:: What you are asked to do ::
Retype, word for word, every line of the records below starting at the one that contains "#215=ADVANCED_FACE('',(#212),#214,.F.);" and ending at the one that contains "#221=EDGE_CURVE('',#217,#217,#220,.T.);"; include both of those lines and nothing more.

(Dataset entries)
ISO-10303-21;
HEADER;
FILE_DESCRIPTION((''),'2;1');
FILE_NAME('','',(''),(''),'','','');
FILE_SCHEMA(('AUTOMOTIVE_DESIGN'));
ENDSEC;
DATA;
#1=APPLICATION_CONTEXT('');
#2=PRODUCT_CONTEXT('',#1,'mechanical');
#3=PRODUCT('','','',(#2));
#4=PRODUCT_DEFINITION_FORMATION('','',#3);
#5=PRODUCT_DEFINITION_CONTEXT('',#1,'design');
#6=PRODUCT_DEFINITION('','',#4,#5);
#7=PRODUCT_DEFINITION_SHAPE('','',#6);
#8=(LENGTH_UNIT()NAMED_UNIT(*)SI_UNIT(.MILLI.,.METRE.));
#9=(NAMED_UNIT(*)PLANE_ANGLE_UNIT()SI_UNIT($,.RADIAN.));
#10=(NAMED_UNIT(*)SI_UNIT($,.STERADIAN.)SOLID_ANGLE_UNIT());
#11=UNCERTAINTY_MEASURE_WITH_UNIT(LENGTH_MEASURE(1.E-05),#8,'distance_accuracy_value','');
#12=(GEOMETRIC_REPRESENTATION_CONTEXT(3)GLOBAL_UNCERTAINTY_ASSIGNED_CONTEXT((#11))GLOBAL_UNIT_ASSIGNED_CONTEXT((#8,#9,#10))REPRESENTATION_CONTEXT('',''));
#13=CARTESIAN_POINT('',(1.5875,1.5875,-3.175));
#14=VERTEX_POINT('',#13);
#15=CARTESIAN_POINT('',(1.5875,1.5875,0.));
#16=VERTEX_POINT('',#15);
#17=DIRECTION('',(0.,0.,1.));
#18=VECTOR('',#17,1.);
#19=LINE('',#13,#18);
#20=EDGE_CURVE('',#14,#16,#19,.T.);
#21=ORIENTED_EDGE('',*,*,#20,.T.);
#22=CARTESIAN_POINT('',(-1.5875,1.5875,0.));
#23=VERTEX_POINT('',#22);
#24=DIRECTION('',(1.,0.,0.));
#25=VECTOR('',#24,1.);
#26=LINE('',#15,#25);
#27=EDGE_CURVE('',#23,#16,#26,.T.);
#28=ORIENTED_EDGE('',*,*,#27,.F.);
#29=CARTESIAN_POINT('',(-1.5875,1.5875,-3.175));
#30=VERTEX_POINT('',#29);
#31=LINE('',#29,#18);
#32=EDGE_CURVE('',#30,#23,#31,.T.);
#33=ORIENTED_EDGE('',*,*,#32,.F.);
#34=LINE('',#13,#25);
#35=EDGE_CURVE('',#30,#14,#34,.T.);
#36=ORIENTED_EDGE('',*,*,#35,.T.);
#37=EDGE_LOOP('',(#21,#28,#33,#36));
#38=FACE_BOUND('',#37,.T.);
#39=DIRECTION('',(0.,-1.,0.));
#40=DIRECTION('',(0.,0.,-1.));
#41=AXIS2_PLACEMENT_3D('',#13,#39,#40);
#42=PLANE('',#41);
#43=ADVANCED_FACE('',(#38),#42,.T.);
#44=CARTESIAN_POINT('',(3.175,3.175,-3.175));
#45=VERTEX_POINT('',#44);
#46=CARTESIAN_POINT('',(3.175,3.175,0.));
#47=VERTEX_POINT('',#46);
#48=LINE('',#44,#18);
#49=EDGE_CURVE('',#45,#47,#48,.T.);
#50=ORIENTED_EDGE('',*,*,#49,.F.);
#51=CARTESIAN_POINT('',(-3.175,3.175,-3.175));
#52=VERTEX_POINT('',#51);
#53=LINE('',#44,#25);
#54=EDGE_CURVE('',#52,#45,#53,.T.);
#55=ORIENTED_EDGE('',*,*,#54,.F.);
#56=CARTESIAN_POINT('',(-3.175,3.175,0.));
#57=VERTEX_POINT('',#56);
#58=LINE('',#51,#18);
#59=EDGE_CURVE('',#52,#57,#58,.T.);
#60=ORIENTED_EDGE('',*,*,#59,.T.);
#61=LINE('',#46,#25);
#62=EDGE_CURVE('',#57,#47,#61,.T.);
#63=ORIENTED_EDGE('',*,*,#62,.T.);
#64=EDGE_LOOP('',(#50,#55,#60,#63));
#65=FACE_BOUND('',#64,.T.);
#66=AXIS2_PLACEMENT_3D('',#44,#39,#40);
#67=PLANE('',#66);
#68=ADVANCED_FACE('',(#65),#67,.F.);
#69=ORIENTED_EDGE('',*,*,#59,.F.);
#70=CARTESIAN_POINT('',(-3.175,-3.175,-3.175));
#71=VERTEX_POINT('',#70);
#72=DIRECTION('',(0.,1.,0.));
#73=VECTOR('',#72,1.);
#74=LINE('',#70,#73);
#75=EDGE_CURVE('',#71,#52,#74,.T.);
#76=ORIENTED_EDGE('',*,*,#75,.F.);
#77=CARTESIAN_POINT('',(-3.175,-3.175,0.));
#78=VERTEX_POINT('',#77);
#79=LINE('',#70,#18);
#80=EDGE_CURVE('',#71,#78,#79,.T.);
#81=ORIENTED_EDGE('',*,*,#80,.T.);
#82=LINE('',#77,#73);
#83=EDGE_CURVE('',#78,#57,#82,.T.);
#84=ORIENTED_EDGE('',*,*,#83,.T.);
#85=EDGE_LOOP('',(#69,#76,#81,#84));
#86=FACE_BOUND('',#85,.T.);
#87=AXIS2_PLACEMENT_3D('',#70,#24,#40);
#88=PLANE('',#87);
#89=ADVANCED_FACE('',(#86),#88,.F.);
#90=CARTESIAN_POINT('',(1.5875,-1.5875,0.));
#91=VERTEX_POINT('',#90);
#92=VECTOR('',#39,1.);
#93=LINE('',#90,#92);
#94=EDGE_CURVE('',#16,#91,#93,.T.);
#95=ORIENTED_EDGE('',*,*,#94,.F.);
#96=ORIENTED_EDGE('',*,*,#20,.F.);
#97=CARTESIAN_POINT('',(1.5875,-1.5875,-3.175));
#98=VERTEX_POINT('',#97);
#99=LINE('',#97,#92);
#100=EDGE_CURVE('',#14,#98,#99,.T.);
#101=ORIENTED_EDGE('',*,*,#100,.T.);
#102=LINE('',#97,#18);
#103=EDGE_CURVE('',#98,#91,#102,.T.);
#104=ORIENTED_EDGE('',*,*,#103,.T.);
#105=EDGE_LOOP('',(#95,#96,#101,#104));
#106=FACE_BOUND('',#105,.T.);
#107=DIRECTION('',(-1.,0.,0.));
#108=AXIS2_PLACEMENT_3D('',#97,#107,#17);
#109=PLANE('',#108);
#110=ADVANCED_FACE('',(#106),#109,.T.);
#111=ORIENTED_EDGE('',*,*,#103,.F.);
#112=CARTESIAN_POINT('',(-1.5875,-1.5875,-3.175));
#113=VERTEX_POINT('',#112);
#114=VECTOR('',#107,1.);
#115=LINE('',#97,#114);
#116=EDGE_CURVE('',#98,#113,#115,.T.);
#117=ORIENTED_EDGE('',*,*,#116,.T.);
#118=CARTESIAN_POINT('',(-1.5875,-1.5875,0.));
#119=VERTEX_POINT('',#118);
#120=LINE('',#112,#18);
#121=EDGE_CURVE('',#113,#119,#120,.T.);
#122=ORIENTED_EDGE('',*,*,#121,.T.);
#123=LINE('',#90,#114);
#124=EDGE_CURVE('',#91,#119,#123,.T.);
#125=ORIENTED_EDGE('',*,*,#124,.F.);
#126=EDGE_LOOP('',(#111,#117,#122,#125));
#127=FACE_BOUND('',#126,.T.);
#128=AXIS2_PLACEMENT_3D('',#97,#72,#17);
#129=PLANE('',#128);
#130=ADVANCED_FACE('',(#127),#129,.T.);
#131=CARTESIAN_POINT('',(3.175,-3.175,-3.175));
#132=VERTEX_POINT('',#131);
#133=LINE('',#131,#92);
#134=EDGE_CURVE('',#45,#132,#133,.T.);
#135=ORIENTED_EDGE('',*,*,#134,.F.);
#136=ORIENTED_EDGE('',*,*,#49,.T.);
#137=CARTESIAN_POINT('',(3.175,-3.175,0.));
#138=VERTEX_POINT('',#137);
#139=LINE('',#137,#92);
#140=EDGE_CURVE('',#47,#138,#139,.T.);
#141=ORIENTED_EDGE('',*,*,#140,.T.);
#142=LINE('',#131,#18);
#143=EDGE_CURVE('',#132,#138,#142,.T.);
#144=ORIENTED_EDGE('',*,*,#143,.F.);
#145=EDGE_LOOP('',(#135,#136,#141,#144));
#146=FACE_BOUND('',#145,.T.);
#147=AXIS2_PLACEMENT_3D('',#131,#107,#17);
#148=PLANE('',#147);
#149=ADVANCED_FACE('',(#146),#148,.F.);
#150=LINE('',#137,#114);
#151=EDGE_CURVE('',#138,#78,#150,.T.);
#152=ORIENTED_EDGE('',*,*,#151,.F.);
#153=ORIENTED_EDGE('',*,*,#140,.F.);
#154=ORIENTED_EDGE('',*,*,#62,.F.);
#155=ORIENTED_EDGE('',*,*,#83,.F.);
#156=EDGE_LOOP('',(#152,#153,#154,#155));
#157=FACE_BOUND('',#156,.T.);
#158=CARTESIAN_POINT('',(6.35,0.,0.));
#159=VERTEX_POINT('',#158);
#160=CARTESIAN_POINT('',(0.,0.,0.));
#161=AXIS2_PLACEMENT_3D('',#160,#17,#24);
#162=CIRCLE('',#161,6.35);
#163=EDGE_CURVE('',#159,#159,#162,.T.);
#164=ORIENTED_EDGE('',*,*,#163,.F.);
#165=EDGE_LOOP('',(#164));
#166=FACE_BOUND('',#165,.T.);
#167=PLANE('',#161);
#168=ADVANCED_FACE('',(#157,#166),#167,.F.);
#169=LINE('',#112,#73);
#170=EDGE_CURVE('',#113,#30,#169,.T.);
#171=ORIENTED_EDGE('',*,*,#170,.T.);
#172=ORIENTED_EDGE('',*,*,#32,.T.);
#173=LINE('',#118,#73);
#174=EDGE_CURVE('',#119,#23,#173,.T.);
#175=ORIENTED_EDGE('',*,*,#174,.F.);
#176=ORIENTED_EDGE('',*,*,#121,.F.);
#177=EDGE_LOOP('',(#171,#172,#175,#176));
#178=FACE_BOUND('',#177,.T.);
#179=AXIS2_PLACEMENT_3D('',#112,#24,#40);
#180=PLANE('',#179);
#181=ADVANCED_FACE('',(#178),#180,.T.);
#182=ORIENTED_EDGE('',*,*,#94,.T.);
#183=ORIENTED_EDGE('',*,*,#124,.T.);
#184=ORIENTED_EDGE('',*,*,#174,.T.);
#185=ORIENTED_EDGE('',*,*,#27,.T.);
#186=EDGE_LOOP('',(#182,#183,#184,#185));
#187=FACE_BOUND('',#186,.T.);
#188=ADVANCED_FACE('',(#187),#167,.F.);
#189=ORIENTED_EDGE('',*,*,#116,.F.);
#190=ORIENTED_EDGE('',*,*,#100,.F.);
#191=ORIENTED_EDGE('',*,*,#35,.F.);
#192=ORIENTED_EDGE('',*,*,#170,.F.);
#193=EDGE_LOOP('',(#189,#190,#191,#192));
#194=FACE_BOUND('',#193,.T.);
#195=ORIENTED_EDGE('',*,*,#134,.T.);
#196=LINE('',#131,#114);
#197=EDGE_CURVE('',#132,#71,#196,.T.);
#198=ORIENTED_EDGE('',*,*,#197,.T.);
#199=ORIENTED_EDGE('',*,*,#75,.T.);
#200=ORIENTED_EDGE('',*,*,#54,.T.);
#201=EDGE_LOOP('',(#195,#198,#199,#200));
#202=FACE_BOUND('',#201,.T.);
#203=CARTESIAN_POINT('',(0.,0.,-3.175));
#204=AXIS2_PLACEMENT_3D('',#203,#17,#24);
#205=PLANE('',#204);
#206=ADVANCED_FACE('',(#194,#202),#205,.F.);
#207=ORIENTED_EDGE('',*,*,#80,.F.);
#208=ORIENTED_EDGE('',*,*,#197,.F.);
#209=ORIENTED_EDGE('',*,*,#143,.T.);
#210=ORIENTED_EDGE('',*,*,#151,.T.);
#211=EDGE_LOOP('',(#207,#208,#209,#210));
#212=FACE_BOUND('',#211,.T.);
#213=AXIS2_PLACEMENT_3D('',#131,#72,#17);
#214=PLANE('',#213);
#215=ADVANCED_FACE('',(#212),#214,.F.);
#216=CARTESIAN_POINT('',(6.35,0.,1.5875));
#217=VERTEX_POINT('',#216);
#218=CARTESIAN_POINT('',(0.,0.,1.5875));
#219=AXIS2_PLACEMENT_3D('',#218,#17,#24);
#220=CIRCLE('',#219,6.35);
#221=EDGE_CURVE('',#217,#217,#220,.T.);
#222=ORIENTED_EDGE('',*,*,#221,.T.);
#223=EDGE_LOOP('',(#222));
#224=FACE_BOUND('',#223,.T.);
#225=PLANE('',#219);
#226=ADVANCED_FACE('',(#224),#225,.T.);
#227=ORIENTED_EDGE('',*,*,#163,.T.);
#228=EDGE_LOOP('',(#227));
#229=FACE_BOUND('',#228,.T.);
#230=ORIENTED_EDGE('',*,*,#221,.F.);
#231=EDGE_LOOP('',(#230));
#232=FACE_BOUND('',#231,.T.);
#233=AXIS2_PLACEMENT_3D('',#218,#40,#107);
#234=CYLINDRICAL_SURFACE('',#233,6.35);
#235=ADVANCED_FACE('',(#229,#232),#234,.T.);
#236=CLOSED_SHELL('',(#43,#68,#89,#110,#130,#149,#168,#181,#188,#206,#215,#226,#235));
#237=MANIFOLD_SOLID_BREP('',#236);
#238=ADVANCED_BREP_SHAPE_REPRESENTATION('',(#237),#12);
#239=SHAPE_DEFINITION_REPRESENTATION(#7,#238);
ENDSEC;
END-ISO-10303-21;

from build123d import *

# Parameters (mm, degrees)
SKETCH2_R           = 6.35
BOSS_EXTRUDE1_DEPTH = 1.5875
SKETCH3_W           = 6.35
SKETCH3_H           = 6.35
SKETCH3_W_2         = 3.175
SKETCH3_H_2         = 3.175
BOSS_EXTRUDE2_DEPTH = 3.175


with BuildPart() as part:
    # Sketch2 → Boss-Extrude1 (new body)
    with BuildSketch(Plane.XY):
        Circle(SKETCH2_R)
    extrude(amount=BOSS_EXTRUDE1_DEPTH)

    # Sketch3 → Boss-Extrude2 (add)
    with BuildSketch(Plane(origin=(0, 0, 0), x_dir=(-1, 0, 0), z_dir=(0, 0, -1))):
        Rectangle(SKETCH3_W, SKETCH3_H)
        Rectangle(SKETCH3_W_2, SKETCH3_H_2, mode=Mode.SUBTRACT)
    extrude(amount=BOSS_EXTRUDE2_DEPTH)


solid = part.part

...

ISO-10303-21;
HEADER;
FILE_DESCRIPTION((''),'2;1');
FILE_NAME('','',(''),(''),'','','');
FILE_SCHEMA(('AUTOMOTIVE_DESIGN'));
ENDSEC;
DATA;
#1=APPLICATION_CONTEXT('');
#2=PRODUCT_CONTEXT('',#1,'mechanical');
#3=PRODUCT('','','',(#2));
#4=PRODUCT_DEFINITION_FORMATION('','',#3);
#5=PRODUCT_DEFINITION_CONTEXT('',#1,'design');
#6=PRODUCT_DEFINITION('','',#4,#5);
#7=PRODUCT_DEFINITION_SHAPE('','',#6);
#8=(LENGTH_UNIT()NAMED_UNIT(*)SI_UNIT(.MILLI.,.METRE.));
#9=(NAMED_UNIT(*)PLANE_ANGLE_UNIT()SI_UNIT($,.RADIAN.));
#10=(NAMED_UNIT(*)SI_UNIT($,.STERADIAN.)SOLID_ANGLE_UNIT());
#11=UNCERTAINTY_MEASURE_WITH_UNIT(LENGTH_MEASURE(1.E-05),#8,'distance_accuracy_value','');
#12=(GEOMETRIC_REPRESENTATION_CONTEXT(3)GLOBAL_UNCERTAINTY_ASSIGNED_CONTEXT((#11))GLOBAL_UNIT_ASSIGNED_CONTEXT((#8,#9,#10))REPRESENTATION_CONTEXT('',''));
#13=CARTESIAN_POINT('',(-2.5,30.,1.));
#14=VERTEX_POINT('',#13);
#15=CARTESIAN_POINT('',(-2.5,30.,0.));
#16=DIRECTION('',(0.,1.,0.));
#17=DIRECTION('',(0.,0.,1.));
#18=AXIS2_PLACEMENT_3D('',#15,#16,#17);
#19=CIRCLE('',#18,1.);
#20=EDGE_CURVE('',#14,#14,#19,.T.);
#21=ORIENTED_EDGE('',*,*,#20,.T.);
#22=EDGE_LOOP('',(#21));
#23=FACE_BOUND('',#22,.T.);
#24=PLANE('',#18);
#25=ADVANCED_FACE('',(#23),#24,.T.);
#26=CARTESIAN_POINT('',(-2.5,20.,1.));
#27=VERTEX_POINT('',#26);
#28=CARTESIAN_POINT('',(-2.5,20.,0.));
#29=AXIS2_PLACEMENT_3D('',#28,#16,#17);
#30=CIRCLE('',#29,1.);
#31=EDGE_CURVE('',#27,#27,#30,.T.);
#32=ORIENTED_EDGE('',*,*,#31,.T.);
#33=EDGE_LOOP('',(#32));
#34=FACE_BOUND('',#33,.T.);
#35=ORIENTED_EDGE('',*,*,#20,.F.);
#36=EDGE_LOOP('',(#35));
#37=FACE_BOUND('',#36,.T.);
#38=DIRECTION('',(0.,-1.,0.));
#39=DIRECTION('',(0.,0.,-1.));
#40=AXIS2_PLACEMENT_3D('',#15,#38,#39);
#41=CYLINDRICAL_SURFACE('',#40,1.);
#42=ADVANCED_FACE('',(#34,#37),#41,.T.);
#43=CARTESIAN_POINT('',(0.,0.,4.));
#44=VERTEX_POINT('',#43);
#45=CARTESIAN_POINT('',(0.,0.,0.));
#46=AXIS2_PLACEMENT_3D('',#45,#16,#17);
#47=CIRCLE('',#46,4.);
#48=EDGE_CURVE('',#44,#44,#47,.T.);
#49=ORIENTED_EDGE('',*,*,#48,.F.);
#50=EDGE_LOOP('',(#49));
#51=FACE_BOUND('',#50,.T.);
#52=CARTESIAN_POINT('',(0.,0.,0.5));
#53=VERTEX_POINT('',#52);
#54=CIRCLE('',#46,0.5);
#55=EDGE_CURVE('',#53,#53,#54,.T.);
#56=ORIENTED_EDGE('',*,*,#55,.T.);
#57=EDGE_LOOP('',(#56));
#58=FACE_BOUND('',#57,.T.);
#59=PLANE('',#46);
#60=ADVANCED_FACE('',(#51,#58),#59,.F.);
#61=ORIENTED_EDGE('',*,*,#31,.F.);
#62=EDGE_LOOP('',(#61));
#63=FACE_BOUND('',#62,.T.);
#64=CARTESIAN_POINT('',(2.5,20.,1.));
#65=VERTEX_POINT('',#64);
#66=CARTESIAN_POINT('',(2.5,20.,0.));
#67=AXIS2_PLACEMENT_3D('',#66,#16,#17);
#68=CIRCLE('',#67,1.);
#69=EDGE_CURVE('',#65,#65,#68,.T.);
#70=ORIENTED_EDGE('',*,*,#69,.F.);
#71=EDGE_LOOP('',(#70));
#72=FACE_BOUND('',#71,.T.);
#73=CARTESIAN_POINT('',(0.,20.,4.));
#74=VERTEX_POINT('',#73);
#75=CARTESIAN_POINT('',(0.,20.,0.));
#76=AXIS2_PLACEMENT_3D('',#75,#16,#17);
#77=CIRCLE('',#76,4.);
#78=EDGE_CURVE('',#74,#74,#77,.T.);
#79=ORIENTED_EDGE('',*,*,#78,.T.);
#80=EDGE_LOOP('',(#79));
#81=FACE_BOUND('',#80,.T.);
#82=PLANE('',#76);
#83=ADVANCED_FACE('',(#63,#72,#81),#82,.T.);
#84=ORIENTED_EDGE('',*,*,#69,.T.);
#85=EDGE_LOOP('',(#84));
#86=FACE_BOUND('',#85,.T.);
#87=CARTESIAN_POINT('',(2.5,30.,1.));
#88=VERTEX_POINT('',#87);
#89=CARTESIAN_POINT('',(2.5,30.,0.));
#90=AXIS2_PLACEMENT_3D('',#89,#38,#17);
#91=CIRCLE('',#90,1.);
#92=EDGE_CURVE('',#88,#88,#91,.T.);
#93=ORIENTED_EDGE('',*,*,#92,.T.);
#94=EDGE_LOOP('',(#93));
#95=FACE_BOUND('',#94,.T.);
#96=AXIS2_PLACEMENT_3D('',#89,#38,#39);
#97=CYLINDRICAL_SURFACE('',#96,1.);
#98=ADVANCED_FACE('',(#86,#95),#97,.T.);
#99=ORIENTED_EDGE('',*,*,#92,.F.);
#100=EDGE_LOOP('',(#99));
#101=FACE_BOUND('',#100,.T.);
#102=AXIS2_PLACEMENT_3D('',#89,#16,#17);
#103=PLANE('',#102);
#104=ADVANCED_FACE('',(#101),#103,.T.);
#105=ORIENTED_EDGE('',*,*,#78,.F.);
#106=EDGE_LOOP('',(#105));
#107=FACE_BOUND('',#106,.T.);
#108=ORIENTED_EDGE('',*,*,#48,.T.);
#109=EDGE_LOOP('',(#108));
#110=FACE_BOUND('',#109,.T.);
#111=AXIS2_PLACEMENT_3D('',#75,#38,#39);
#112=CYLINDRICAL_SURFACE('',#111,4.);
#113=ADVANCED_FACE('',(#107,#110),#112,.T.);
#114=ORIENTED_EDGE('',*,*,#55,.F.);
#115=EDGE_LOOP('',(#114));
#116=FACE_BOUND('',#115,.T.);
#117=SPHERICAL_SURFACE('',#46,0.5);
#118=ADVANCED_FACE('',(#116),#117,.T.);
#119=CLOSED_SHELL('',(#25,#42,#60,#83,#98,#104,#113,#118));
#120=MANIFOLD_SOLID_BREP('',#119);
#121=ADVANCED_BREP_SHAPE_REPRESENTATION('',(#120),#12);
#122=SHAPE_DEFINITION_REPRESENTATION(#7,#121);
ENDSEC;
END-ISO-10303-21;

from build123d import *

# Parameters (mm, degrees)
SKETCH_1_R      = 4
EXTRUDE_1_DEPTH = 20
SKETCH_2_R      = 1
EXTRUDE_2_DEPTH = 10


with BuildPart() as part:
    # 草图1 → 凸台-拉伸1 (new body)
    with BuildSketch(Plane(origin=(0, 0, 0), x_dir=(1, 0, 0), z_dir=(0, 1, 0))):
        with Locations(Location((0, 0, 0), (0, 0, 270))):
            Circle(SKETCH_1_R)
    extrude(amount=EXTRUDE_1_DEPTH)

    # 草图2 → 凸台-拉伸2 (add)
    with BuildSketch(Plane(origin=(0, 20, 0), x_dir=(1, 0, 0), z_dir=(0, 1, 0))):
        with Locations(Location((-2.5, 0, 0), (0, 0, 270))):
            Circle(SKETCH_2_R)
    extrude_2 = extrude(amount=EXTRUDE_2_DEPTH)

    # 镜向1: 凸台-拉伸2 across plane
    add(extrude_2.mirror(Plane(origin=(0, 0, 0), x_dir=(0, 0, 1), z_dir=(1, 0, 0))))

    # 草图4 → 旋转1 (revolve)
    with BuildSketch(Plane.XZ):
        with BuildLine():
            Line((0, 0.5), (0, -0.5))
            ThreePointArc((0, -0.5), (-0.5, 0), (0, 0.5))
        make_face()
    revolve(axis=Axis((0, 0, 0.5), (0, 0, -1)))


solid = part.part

:: Problem solution ::
#215=ADVANCED_FACE('',(#212),#214,.F.);
#216=CARTESIAN_POINT('',(6.35,0.,1.5875));
#217=VERTEX_POINT('',#216);
#218=CARTESIAN_POINT('',(0.,0.,1.5875));
#219=AXIS2_PLACEMENT_3D('',#218,#17,#24);
#220=CIRCLE('',#219,6.35);
#221=EDGE_CURVE('',#217,#217,#220,.T.);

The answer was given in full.